= Win with the Lion =

"Win with the Lion" (Ukrainian: Перемагай з Левом) is an annual tourism conference held in Lviv, Ukraine, each autumn. The conference is mainly organized by the non-governmental organizations Etnovyr and Dik-Art.

==2009 conference==

The first "Win with the Lion" conference took place on 29 October 2009, in Lviv, Ukraine. The main aim of the program was to present the historical and tourist potential of the city and prepare it for the arrival of the 2012 UEFA European Football Championship. There were presentations by domestic and foreign tourism experts, round table discussions about branding and tourist products, workshops, and discussions about whether Lviv should join the international association European Cities Marketing. The conference was organized by the Lviv City Council in association with representatives of the city's tourism industry.

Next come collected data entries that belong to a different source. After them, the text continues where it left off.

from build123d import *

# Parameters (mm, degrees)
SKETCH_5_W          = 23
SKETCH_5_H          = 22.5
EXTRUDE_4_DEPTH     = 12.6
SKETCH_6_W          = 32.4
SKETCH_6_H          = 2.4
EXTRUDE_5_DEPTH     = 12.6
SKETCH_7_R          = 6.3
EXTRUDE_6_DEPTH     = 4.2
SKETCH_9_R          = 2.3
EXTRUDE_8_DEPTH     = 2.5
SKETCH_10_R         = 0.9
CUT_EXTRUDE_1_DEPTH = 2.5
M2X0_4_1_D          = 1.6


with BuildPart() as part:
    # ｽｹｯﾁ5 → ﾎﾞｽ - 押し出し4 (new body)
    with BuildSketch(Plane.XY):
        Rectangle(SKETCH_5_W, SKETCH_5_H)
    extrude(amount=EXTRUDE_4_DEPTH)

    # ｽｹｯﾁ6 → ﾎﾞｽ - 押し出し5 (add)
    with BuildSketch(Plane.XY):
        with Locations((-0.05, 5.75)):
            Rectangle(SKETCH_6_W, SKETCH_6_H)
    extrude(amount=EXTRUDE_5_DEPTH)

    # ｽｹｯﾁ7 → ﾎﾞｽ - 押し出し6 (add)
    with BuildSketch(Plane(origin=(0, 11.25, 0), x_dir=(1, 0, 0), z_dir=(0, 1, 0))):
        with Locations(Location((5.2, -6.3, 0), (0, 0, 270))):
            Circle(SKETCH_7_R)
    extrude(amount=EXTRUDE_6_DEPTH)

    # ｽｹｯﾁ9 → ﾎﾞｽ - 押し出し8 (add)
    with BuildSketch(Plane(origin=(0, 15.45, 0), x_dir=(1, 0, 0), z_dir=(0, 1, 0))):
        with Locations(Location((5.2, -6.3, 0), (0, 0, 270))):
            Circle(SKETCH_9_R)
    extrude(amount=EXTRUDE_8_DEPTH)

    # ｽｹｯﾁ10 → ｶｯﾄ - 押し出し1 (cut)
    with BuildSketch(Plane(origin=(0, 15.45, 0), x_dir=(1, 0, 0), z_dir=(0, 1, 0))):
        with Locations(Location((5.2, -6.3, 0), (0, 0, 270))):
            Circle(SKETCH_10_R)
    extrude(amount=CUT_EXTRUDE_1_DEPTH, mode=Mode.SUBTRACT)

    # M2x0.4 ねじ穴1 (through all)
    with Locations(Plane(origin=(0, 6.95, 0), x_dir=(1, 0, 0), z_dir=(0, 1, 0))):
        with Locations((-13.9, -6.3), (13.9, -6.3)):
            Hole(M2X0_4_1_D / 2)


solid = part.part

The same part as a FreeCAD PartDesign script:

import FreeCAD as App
import Part
import Sketcher

V = App.Vector

doc = App.newDocument("Part")
body = doc.addObject("PartDesign::Body", "Body")

# Sketch on XY plane
sketch1 = doc.addObject("Sketcher::SketchObject", "Sketch")
body.addObject(sketch1)
sketch1.AttachmentSupport = (doc.XY_Plane, [""])
sketch1.MapMode = "FlatFace"
sketch1.addGeometry([
    Part.LineSegment(V(-12, 11, 0), V(-12, -11, 0)),
    Part.LineSegment(V(-12, -11, 0), V(12, -11, 0)),
    Part.LineSegment(V(12, -11, 0), V(12, 11, 0)),
    Part.LineSegment(V(12, 11, 0), V(-12, 11, 0)),
], False)
sketch1.addConstraint([
    Sketcher.Constraint("Coincident", 0, 2, 1, 1),
    Sketcher.Constraint("Coincident", 1, 2, 2, 1),
    Sketcher.Constraint("Coincident", 2, 2, 3, 1),
    Sketcher.Constraint("Coincident", 3, 2, 0, 1),
    Sketcher.Constraint("Vertical", 0),
    Sketcher.Constraint("Horizontal", 1),
    Sketcher.Constraint("Vertical", 2),
    Sketcher.Constraint("Horizontal", 3),
    Sketcher.Constraint("Symmetric", 0, 2, 2, 2, -1, 1),
    Sketcher.Constraint("DistanceX", 1, 1, 1, 2, 23.0),
    Sketcher.Constraint("DistanceY", 0, 2, 0, 1, 22.5),
])
pad1 = doc.addObject("PartDesign::Pad", "Pad")
body.addObject(pad1)
pad1.Profile = sketch1
pad1.Length = 12.6

# Sketch on XY plane
sketch2 = doc.addObject("Sketcher::SketchObject", "Sketch001")
body.addObject(sketch2)
sketch2.AttachmentSupport = (doc.XY_Plane, [""])
sketch2.MapMode = "FlatFace"
sketch2.addGeometry([
    Part.LineSegment(V(-16.2, 7, 0), V(-16.2, 4.5, 0)),
    Part.LineSegment(V(-16.2, 4.5, 0), V(16.1, 4.5, 0)),
    Part.LineSegment(V(16.1, 4.5, 0), V(16.1, 7, 0)),
    Part.LineSegment(V(16.1, 7, 0), V(-16.2, 7, 0)),
], False)
sketch2.addConstraint([
    Sketcher.Constraint("Coincident", 0, 2, 1, 1),
    Sketcher.Constraint("Coincident", 1, 2, 2, 1),
    Sketcher.Constraint("Coincident", 2, 2, 3, 1),
    Sketcher.Constraint("Coincident", 3, 2, 0, 1),
    Sketcher.Constraint("Vertical", 0),
    Sketcher.Constraint("Horizontal", 1),
    Sketcher.Constraint("Vertical", 2),
    Sketcher.Constraint("Horizontal", 3),
    Sketcher.Constraint("DistanceX", 1, 1, 1, 2, 32.4),
    Sketcher.Constraint("DistanceY", 0, 2, 0, 1, 2.4),
    Sketcher.Constraint("DistanceX", 0, 2, -1, 1, 16.25),
    Sketcher.Constraint("DistanceY", -1, 1, 0, 2, 4.55),
])
pad2 = doc.addObject("PartDesign::Pad", "Pad001")
body.addObject(pad2)
pad2.Profile = sketch2
pad2.Length = 12.6

# Sketch on XZ plane
sketch3 = doc.addObject("Sketcher::SketchObject", "Sketch002")
body.addObject(sketch3)
sketch3.AttachmentSupport = (doc.XZ_Plane, [""])
sketch3.MapMode = "FlatFace"
sketch3.AttachmentOffset = App.Placement(V(0, 0, -11.25), App.Rotation())
sketch3.addGeometry(Part.Circle(V(5, 6, 0), V(0, 0, 1), 6), False)
sketch3.addConstraint([
    Sketcher.Constraint("Diameter", 0, 12.6),
    Sketcher.Constraint("DistanceX", -1, 1, 0, 3, 5.2),
    Sketcher.Constraint("DistanceY", -1, 1, 0, 3, 6.3),
])
pad3 = doc.addObject("PartDesign::Pad", "Pad002")
body.addObject(pad3)
pad3.Profile = sketch3
pad3.Length = 4.2
pad3.Reversed = True

# Sketch on XZ plane
sketch4 = doc.addObject("Sketcher::SketchObject", "Sketch003")
body.addObject(sketch4)
sketch4.AttachmentSupport = (doc.XZ_Plane, [""])
sketch4.MapMode = "FlatFace"
sketch4.AttachmentOffset = App.Placement(V(0, 0, -15.45), App.Rotation())
sketch4.addGeometry(Part.Circle(V(5.2, 6.3, 0), V(0, 0, 1), 2.3), False)
sketch4.addConstraint([
    Sketcher.Constraint("Diameter", 0, 4.6),
    Sketcher.Constraint("DistanceX", -1, 1, 0, 3, 5.2),
    Sketcher.Constraint("DistanceY", -1, 1, 0, 3, 6.3),
])
pad4 = doc.addObject("PartDesign::Pad", "Pad003")
body.addObject(pad4)
pad4.Profile = sketch4
pad4.Length = 2.5
pad4.Reversed = True

# Sketch on XZ plane
sketch5 = doc.addObject("Sketcher::SketchObject", "Sketch004")
body.addObject(sketch5)
sketch5.AttachmentSupport = (doc.XZ_Plane, [""])
sketch5.MapMode = "FlatFace"
sketch5.AttachmentOffset = App.Placement(V(0, 0, -15.45), App.Rotation())
sketch5.addGeometry(Part.Circle(V(5.2, 6.3, 0), V(0, 0, 1), 0.9), False)
sketch5.addConstraint([
    Sketcher.Constraint("Diameter", 0, 1.8),
    Sketcher.Constraint("DistanceX", -1, 1, 0, 3, 5.2),
    Sketcher.Constraint("DistanceY", -1, 1, 0, 3, 6.3),
])
pocket1 = doc.addObject("PartDesign::Pocket", "Pocket")
body.addObject(pocket1)
pocket1.Profile = sketch5
pocket1.Length = 2.5

# Sketch on XZ plane
sketch6 = doc.addObject("Sketcher::SketchObject", "Sketch005")
body.addObject(sketch6)
sketch6.AttachmentSupport = (doc.XZ_Plane, [""])
sketch6.MapMode = "FlatFace"
sketch6.AttachmentOffset = App.Placement(V(0, 0, -6.95), App.Rotation())
sketch6.addGeometry([
    Part.Circle(V(-13.9, 6.3, 0), V(0, 0, 1), 0.8),
    Part.Circle(V(13.9, 6.3, 0), V(0, 0, 1), 0.8),
], False)
sketch6.addConstraint([
    Sketcher.Constraint("Equal", 0, 1),
    Sketcher.Constraint("Symmetric", 0, 3, 1, 3, -2),
    Sketcher.Constraint("Diameter", 0, 1.6),
    Sketcher.Constraint("DistanceX", 0, 3, -1, 1, 13.9),
    Sketcher.Constraint("DistanceY", -1, 1, 0, 3, 6.3),
])
doc.recompute()
hole = doc.addObject("PartDesign::Hole", "Hole")
body.addObject(hole)
hole.Profile = sketch6
hole.ThreadType = "None"
hole.Diameter = 1.6
hole.DepthType = "ThroughAll"
hole.Reversed = True

doc.recompute()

Foreign experts that were invited to the 2009 conference include: Dieter Hardt-Stremayr, President of European Cities Marketing; John Heeley, Professor at the University of Nottingham, and founder of Best Destination Marketing; Adam Mikolajczyk, executive director of Brief for Poland; Ossian Stiernstrand, of Göteborg & Co; Wolfgang J.Kraus, Vienna Tourist Board; and Brigitte Weiss, Vienna Tourist Board.

==2010 conference==
The second conference was held on 15–17 November 2010, and its topic was: "Tourism: Cooperation as a key to success and victory".

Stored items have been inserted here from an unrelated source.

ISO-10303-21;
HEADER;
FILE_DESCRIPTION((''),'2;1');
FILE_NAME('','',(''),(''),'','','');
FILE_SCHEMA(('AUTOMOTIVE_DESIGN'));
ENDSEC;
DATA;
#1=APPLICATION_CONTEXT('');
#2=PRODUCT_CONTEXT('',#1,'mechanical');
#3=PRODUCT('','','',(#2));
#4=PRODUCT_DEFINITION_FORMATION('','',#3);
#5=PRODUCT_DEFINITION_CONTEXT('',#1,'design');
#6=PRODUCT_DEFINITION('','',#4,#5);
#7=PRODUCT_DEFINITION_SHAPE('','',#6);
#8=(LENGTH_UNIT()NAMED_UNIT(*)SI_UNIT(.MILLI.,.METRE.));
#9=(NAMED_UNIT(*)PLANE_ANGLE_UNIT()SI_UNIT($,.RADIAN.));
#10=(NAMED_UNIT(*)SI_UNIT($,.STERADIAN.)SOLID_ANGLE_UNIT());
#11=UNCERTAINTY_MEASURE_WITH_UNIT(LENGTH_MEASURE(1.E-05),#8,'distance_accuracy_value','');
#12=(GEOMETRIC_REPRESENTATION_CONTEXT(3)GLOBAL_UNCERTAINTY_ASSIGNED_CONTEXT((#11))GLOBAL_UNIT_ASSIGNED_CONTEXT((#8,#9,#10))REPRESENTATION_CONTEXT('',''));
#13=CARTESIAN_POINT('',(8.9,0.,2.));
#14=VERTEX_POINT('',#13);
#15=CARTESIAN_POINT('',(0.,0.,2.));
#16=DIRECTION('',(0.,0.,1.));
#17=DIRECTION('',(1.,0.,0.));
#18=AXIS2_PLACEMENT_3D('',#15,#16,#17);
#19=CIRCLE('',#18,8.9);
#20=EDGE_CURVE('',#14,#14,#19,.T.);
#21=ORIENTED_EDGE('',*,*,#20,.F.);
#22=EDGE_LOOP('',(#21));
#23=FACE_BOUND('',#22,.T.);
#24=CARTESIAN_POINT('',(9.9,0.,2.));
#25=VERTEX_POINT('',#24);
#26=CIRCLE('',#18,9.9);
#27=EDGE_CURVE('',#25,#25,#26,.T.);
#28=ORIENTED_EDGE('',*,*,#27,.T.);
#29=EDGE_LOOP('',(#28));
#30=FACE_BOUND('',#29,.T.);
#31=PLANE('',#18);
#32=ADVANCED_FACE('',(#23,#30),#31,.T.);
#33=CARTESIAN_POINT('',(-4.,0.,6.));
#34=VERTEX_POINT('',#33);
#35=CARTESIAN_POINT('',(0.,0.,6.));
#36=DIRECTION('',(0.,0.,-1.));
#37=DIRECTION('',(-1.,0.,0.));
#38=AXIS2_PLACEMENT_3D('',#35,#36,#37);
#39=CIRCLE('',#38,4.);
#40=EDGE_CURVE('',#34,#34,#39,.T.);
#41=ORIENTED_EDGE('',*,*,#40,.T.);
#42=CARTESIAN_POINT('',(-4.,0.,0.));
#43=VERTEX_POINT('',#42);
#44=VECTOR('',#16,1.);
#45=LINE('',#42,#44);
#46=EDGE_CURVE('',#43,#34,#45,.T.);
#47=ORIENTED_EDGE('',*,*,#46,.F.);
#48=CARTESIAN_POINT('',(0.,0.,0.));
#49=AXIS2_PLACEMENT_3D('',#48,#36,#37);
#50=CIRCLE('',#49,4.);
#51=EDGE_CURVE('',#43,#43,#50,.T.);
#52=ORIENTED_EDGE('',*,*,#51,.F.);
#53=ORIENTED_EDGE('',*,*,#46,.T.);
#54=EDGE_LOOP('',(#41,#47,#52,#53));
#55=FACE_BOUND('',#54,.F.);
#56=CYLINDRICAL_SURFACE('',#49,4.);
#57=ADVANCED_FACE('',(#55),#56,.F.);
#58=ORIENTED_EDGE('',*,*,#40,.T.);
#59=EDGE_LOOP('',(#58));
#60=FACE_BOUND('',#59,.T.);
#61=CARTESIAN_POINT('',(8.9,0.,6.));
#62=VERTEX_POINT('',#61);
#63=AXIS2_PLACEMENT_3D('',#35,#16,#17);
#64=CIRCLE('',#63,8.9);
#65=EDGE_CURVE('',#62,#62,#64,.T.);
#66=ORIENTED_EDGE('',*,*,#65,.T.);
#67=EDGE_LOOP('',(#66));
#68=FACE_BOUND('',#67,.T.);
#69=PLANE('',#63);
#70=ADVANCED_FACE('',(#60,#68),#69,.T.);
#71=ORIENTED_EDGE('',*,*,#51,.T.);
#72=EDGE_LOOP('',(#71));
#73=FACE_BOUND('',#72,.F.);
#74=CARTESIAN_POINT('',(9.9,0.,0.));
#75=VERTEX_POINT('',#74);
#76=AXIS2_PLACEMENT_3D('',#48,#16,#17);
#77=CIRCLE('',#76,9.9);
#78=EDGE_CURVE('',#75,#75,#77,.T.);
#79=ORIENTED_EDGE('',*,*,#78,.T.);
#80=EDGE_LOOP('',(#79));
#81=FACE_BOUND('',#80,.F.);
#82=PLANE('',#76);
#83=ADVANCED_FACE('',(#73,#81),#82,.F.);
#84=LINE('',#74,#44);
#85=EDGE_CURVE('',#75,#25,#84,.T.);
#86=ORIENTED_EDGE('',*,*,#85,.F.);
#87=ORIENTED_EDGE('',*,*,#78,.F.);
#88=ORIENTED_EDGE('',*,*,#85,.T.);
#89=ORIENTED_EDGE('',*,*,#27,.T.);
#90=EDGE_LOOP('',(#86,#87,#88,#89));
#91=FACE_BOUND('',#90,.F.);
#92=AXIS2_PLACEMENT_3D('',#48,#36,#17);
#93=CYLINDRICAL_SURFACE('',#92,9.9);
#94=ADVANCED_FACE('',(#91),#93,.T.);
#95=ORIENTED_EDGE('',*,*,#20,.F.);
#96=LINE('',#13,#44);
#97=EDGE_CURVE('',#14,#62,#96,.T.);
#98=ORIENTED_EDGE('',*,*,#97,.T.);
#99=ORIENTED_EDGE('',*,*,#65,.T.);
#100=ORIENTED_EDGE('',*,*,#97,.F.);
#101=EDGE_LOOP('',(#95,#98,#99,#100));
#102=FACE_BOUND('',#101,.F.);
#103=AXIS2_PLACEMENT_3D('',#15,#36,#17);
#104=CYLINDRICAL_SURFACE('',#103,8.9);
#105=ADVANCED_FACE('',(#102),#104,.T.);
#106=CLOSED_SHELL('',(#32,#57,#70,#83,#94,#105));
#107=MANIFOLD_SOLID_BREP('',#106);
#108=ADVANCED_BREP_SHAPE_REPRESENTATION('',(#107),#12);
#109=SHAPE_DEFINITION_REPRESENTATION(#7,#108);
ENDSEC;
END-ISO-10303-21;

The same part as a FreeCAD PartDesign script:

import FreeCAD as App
import Part
import Sketcher
Q = App.Units.Quantity

doc = App.newDocument("Part")
body = doc.addObject("PartDesign::Body", "Body")

# Sketch on XY plane
sketch1 = body.newObject("Sketcher::SketchObject", "Sketch")
sketch1.AttachmentSupport = (doc.getObject("XY_Plane"), [""])
sketch1.MapMode = "FlatFace"
sketch1.addGeometry(Part.Circle(App.Vector(0, 0, 0), App.Vector(0, 0, 1), 10), False)
sketch1.addConstraint([
    Sketcher.Constraint("Coincident", 0, 3, -1, 1),
    Sketcher.Constraint("Diameter", 0, Q("19.8 mm")),
])
pad1 = body.newObject("PartDesign::Pad", "Pad")
pad1.Profile = sketch1
pad1.Length = 2

# Sketch on XY plane
sketch2 = body.newObject("Sketcher::SketchObject", "Sketch001")
sketch2.AttachmentSupport = (doc.getObject("XY_Plane"), [""])
sketch2.MapMode = "FlatFace"
sketch2.AttachmentOffset = App.Placement(App.Vector(0, 0, 2), App.Rotation())
sketch2.addGeometry(Part.Circle(App.Vector(0, 0, 0), App.Vector(0, 0, 1), 9), False)
sketch2.addConstraint([
    Sketcher.Constraint("Coincident", 0, 3, -1, 1),
    Sketcher.Constraint("Diameter", 0, Q("17.8 mm")),
])
pad2 = body.newObject("PartDesign::Pad", "Pad001")
pad2.Profile = sketch2
pad2.Length = 4

# Sketch on XY plane
sketch3 = body.newObject("Sketcher::SketchObject", "Sketch002")
sketch3.AttachmentSupport = (doc.getObject("XY_Plane"), [""])
sketch3.MapMode = "FlatFace"
sketch3.addGeometry(Part.Circle(App.Vector(0, 0, 0), App.Vector(0, 0, 1), 4), False)
sketch3.addConstraint([
    Sketcher.Constraint("Coincident", 0, 3, -1, 1),
    Sketcher.Constraint("Diameter", 0, Q("8 mm")),
])
pocket1 = body.newObject("PartDesign::Pocket", "Pocket")
pocket1.Profile = sketch3
pocket1.Length = 10
pocket1.Reversed = True

doc.recompute()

The main emphasis of this conference was placed on marketing and branding - the process of city brand formation. Leading experts presented their vision of tourism development in Lviv, and shared their own experiences of European cities. Another subject discussed was the working out of new ideas for further cooperation between business and government to optimize the development of the tourism sphere in Ukraine. Experts acknowledged that Lviv is heading in the right direction on the issue of branding and has a great tourism potential. This year's conference was marked by the fact that European Cities Marketing presented a certificate of membership to the city of Lviv, making it the only city in Ukraine to join the organization.

Overall, the conference was attended by over 200 people from all over Ukraine - Lviv, Kyiv, Uzhhorod, Zhytomyr, Chernihiv, and other cities.

==2011 conference==

The third "Win with the Lion" conference was held on 24–25 November 2011. Its topic was: "The world travel trends: Surf's Up!". This year's speakers included experts from Vienna, Graz, Berlin, London, Kraków, Moscow, and Istanbul.

Various presentations during the conference explored how Vienna, Graz, and Berlin managed to become successful tourist cities, and how to create an interesting competitive tourism product. Special attention was devoted to cooperation between business and government in urban tourism, and how tourist information centres should be working. Among the speakers were: John Heeley, Interim Chief Executive Officer of European Cities Marketing; Susanne Höller, Graz Tourismus & Stadtmarketing Gmbh Austria; Gabriela Schweinberger, Berlin Tourism Marketing GmbH Germany; Katrin Heintschel, Vienna Tourist Board; Christian Gessl, Federal Economic Chamber of Austria; Hans-Ulrich Trosien, from Germany; Jerzy Gajewski, Municipality of Kraków; Olga Tikhonova, founder of Delicious Istanbul; Andreas Zins, Department of Tourism and Hospitality Management, Modul University Vienna; Nick Greenfield, European Tour Operators Association; Ruslan Ashymkanov, Trout & Partners.

== 2012 conference ==
The third conference was held on 21–22 November 2012, and its topic was: "The meetings and events industry – Ukraine, are you ready to benefit?". Meetings industry leaders made presentations on new trends and challenges that should be considered by new destinations. The Tourist Information Workshop, which proved popular in 2011, continued this year in cooperation with GIZ organizers, inviting newly established tourist information centres from all over Ukraine to gain knowledge and share best practices from European experts, including: Paola Casubolo, CEO of Lovingenova; Gabriela Schweinberger, international business coach and consultant; Freya Sackx, Ghent Tourist Information Centre; Lev Kuznetso, Deputy Director of St. Petersburg Marketing Agency; and Olena Holysheva, Head of Lviv Tourist Information Centre.

Other speakers at the 2012 conference included: Ignacio de Delàs, Turisme de Barcelona; Roger Pride, Cardiff and Co; Beata Palis, Krakow Convention Bureau; Paul Kennedy, Director of Kennedy Integrated Solutions; Elisabeth Hansa, owner of International Consultancy and Business Development; and Tom Hulton, International Relations IMEX Group. Delegates also heard a seminar on the topic of "How Ukraine can stay on the map in 2013", delivered by the European Tour Operators Association and moderated by Nick Greenfield, the Head of Tour Operator Relations.